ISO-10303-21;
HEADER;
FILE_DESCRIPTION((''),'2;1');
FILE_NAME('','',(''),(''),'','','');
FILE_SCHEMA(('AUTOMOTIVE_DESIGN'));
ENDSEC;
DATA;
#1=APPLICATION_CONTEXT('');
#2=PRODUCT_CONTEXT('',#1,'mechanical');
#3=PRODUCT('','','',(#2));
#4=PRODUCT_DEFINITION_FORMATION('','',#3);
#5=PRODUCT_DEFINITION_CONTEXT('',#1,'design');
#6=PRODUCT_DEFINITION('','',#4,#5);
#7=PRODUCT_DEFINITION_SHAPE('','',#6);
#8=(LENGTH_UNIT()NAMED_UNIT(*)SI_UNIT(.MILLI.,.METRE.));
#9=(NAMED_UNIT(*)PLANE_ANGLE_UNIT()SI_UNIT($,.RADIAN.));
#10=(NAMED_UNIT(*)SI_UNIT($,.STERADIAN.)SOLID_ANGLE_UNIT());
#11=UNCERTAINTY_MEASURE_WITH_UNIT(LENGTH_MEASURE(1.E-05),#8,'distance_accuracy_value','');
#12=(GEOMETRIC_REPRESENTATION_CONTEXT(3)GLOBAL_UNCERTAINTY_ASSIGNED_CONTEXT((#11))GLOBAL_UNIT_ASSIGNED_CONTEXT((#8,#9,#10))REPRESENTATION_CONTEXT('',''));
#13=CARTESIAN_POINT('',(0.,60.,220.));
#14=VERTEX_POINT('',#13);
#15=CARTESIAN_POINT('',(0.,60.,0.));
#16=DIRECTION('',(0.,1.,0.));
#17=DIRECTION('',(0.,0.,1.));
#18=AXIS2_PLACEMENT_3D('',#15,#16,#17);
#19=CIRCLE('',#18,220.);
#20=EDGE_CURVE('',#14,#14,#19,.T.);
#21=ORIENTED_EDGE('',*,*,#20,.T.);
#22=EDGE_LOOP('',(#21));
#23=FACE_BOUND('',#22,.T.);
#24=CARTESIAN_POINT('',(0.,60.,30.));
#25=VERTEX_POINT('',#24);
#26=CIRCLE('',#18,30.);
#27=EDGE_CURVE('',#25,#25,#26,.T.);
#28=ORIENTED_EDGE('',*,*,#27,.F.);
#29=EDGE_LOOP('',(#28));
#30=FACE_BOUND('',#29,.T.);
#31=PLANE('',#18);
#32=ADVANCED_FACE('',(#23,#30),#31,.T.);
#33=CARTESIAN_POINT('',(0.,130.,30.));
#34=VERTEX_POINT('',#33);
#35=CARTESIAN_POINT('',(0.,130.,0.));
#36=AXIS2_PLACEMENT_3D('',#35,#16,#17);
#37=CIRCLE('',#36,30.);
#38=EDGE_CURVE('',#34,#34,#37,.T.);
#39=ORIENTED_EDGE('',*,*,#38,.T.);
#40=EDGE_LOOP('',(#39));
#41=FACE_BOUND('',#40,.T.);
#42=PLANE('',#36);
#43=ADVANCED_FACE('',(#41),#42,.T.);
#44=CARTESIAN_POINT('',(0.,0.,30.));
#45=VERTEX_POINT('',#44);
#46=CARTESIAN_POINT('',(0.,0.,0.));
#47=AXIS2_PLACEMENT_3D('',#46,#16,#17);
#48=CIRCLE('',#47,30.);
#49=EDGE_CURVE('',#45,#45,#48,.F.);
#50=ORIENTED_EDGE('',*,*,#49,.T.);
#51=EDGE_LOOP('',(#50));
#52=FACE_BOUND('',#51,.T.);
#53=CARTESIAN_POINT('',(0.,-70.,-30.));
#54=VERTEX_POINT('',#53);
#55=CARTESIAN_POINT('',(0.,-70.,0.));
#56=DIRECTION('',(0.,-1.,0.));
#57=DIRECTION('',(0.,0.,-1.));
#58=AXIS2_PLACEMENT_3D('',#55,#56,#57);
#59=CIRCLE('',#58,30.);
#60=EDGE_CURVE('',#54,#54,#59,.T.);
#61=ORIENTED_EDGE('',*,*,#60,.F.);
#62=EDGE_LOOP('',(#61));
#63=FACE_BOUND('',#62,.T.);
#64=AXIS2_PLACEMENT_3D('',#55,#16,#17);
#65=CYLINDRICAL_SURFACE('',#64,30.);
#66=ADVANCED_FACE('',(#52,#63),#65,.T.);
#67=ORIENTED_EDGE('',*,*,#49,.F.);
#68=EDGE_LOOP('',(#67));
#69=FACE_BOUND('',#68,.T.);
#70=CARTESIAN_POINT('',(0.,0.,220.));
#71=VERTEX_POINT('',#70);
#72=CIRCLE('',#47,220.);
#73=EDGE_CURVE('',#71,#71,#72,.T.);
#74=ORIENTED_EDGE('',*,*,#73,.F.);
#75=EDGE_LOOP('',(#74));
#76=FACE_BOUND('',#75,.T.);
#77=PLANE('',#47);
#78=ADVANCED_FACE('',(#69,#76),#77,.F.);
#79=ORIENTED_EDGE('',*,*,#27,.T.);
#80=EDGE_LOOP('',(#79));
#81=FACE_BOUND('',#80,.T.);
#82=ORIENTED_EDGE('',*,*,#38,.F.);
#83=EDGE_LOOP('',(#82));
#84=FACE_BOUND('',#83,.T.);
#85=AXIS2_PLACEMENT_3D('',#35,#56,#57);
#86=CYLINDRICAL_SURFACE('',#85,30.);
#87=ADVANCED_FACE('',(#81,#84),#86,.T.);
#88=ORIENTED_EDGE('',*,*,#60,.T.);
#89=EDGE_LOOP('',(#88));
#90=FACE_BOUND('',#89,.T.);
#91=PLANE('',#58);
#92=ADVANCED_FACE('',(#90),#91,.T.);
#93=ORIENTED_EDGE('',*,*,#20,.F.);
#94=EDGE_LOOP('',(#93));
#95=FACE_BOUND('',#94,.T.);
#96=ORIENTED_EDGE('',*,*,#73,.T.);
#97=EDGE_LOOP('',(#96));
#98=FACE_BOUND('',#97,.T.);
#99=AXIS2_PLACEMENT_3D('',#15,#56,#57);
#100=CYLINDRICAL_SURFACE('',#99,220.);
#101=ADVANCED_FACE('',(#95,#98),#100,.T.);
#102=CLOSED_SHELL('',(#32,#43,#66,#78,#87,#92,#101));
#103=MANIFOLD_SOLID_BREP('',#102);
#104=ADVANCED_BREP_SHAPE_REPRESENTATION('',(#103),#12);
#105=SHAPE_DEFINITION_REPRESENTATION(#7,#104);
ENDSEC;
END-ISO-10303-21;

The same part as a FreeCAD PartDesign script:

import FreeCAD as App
import Part
import Sketcher
Q = App.Units.Quantity

doc = App.newDocument("Part")
body = doc.addObject("PartDesign::Body", "Body")

# Sketch on XZ plane
sketch1 = doc.addObject("Sketcher::SketchObject", "Sketch")
body.addObject(sketch1)
sketch1.AttachmentSupport = (doc.XZ_Plane, [""])
sketch1.MapMode = "FlatFace"
sketch1.addGeometry(Part.Circle(App.Vector(0, 0, 0), App.Vector(0, 0, 1), 220), False)
sketch1.addConstraint([
    Sketcher.Constraint("Coincident", 0, 3, -1, 1),
    Sketcher.Constraint("Diameter", 0, Q("440 mm")),
])
pad1 = doc.addObject("PartDesign::Pad", "Pad")
body.addObject(pad1)
pad1.Profile = sketch1
pad1.Length = 60
pad1.Reversed = True

# Sketch on XZ plane
sketch2 = doc.addObject("Sketcher::SketchObject", "Sketch001")
body.addObject(sketch2)
sketch2.AttachmentSupport = (doc.XZ_Plane, [""])
sketch2.MapMode = "FlatFace"
sketch2.AttachmentOffset = App.Placement(App.Vector(0, 0, -60), App.Rotation())
sketch2.addGeometry(Part.Circle(App.Vector(0, 0, 0), App.Vector(0, 0, 1), 30), False)
sketch2.addConstraint([
    Sketcher.Constraint("Coincident", 0, 3, -1, 1),
    Sketcher.Constraint("Diameter", 0, Q("60 mm")),
])
pad2 = doc.addObject("PartDesign::Pad", "Pad001")
body.addObject(pad2)
pad2.Profile = sketch2
pad2.Length = 70
pad2.Reversed = True

# Sketch on XZ plane
sketch3 = doc.addObject("Sketcher::SketchObject", "Sketch002")
body.addObject(sketch3)
sketch3.AttachmentSupport = (doc.XZ_Plane, [""])
sketch3.MapMode = "FlatFace"
sketch3.addGeometry(Part.Circle(App.Vector(0, 0, 0), App.Vector(0, 0, 1), 30), False)
sketch3.addConstraint([
    Sketcher.Constraint("Coincident", 0, 3, -1, 1),
    Sketcher.Constraint("Diameter", 0, Q("60 mm")),
])
pad3 = doc.addObject("PartDesign::Pad", "Pad002")
body.addObject(pad3)
pad3.Profile = sketch3
pad3.Length = 70

doc.recompute()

------------------------------

Everything from the first line of the records above through the line containing "#54=VERTEX_POINT('',#53);" should be restated word for word; leave out all other lines.

§ **Response**:
ISO-10303-21;
HEADER;
FILE_DESCRIPTION((''),'2;1');
FILE_NAME('','',(''),(''),'','','');
FILE_SCHEMA(('AUTOMOTIVE_DESIGN'));
ENDSEC;
DATA;
#1=APPLICATION_CONTEXT('');
#2=PRODUCT_CONTEXT('',#1,'mechanical');
#3=PRODUCT('','','',(#2));
#4=PRODUCT_DEFINITION_FORMATION('','',#3);
#5=PRODUCT_DEFINITION_CONTEXT('',#1,'design');
#6=PRODUCT_DEFINITION('','',#4,#5);
#7=PRODUCT_DEFINITION_SHAPE('','',#6);
#8=(LENGTH_UNIT()NAMED_UNIT(*)SI_UNIT(.MILLI.,.METRE.));
#9=(NAMED_UNIT(*)PLANE_ANGLE_UNIT()SI_UNIT($,.RADIAN.));
#10=(NAMED_UNIT(*)SI_UNIT($,.STERADIAN.)SOLID_ANGLE_UNIT());
#11=UNCERTAINTY_MEASURE_WITH_UNIT(LENGTH_MEASURE(1.E-05),#8,'distance_accuracy_value','');
#12=(GEOMETRIC_REPRESENTATION_CONTEXT(3)GLOBAL_UNCERTAINTY_ASSIGNED_CONTEXT((#11))GLOBAL_UNIT_ASSIGNED_CONTEXT((#8,#9,#10))REPRESENTATION_CONTEXT('',''));
#13=CARTESIAN_POINT('',(0.,60.,220.));
#14=VERTEX_POINT('',#13);
#15=CARTESIAN_POINT('',(0.,60.,0.));
#16=DIRECTION('',(0.,1.,0.));
#17=DIRECTION('',(0.,0.,1.));
#18=AXIS2_PLACEMENT_3D('',#15,#16,#17);
#19=CIRCLE('',#18,220.);
#20=EDGE_CURVE('',#14,#14,#19,.T.);
#21=ORIENTED_EDGE('',*,*,#20,.T.);
#22=EDGE_LOOP('',(#21));
#23=FACE_BOUND('',#22,.T.);
#24=CARTESIAN_POINT('',(0.,60.,30.));
#25=VERTEX_POINT('',#24);
#26=CIRCLE('',#18,30.);
#27=EDGE_CURVE('',#25,#25,#26,.T.);
#28=ORIENTED_EDGE('',*,*,#27,.F.);
#29=EDGE_LOOP('',(#28));
#30=FACE_BOUND('',#29,.T.);
#31=PLANE('',#18);
#32=ADVANCED_FACE('',(#23,#30),#31,.T.);
#33=CARTESIAN_POINT('',(0.,130.,30.));
#34=VERTEX_POINT('',#33);
#35=CARTESIAN_POINT('',(0.,130.,0.));
#36=AXIS2_PLACEMENT_3D('',#35,#16,#17);
#37=CIRCLE('',#36,30.);
#38=EDGE_CURVE('',#34,#34,#37,.T.);
#39=ORIENTED_EDGE('',*,*,#38,.T.);
#40=EDGE_LOOP('',(#39));
#41=FACE_BOUND('',#40,.T.);
#42=PLANE('',#36);
#43=ADVANCED_FACE('',(#41),#42,.T.);
#44=CARTESIAN_POINT('',(0.,0.,30.));
#45=VERTEX_POINT('',#44);
#46=CARTESIAN_POINT('',(0.,0.,0.));
#47=AXIS2_PLACEMENT_3D('',#46,#16,#17);
#48=CIRCLE('',#47,30.);
#49=EDGE_CURVE('',#45,#45,#48,.F.);
#50=ORIENTED_EDGE('',*,*,#49,.T.);
#51=EDGE_LOOP('',(#50));
#52=FACE_BOUND('',#51,.T.);
#53=CARTESIAN_POINT('',(0.,-70.,-30.));
#54=VERTEX_POINT('',#53);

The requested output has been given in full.